As prescription costs continue to rise, more people are turning to Patient Assistance
Programs to access free medications. By using The Pharmacy Connection, a
Medication Assistance Program will be well-equipped to meet the documentation and
time-consuming requirements of each of the 158 Patient Assistance Programs
administered by pharmaceutical companies.

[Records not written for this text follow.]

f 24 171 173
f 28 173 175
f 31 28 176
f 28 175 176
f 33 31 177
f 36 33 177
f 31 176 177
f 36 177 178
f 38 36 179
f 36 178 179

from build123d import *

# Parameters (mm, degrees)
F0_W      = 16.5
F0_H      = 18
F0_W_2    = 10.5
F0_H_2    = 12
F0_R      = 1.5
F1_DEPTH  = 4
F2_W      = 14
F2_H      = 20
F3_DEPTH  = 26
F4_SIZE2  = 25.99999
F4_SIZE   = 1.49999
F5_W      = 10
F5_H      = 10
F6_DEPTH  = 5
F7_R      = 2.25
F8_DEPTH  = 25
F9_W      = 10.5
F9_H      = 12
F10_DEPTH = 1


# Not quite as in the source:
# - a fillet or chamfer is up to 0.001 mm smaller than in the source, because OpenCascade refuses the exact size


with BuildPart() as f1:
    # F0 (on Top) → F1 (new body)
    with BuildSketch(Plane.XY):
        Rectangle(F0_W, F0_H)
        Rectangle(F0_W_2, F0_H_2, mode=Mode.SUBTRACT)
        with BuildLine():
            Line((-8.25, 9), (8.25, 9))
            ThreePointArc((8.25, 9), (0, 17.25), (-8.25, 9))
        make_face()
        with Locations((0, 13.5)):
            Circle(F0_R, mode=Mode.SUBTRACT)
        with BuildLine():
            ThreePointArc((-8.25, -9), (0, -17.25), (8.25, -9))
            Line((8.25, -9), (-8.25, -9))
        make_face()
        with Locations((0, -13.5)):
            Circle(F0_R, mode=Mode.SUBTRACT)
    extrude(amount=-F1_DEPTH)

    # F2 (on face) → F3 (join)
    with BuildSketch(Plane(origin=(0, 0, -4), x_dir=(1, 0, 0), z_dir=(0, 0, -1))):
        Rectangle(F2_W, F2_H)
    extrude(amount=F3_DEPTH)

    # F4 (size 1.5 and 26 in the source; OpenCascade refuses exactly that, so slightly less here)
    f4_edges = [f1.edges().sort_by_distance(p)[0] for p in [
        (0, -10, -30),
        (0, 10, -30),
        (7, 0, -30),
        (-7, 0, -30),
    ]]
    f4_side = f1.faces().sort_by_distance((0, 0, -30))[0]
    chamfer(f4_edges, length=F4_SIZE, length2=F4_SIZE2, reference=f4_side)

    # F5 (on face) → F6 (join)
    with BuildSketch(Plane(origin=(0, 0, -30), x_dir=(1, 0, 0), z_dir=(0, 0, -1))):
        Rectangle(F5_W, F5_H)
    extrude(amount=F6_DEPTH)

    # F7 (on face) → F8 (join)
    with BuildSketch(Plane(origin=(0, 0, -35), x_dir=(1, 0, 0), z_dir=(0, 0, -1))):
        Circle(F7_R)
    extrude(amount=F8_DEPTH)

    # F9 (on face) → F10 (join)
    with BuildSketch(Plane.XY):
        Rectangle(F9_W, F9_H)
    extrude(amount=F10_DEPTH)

After deciding to acquire The Pharmacy Connection (TPC) to assist in your medication
access efforts, be sure to consider the following:


I. Evaluate Staff Needs
    TPC is used most efficiently and effectively by someone who works with the
     program on a regular basis. A successful MAP typically has dedicated paid staff
     to work as Medication Assistance Caseworker(s) (See Attachment A: Sample
     Job Description.) An average benchmark is to plan for 400 patients per full-time
     caseworker.
    Volunteers are extremely helpful, but unless they work with the Patient
     Assistance Programs and TPC on a regular and consistent basis, it may be
     advantageous to assign them to mailing, patient intake, filing, or returning phone
     calls, rather than using TPC.

II. Identify Available and Needed Resources
    A successful MAP requires:
         Adequate office space, including space for filing cabinets
         A dedicated phone line with voicemail
         Access to fax
         Access to photocopier
         Funds for postage
         Other miscellaneous office supplies
         High-speed internet connection
         Adequate computer hardware and software to run The Pharmacy
           Connection (see Attachment B for The Pharmacy Connection
           Specifications)
III. Develop a Strategy for Short-Term Medication Needs
   It will take four to eight weeks between the time TPC medications are ordered
    until they are received. Develop a plan for helping clients during this “bridge”
    period. Potential sources of short-term medications include:
         physician samples;
         a dedicated fund and system purchasing medications;
         community organizations or churches with emergency funds;
         using drug company discount cards;
         arranging for discounts for referred patients at a local pharmacy.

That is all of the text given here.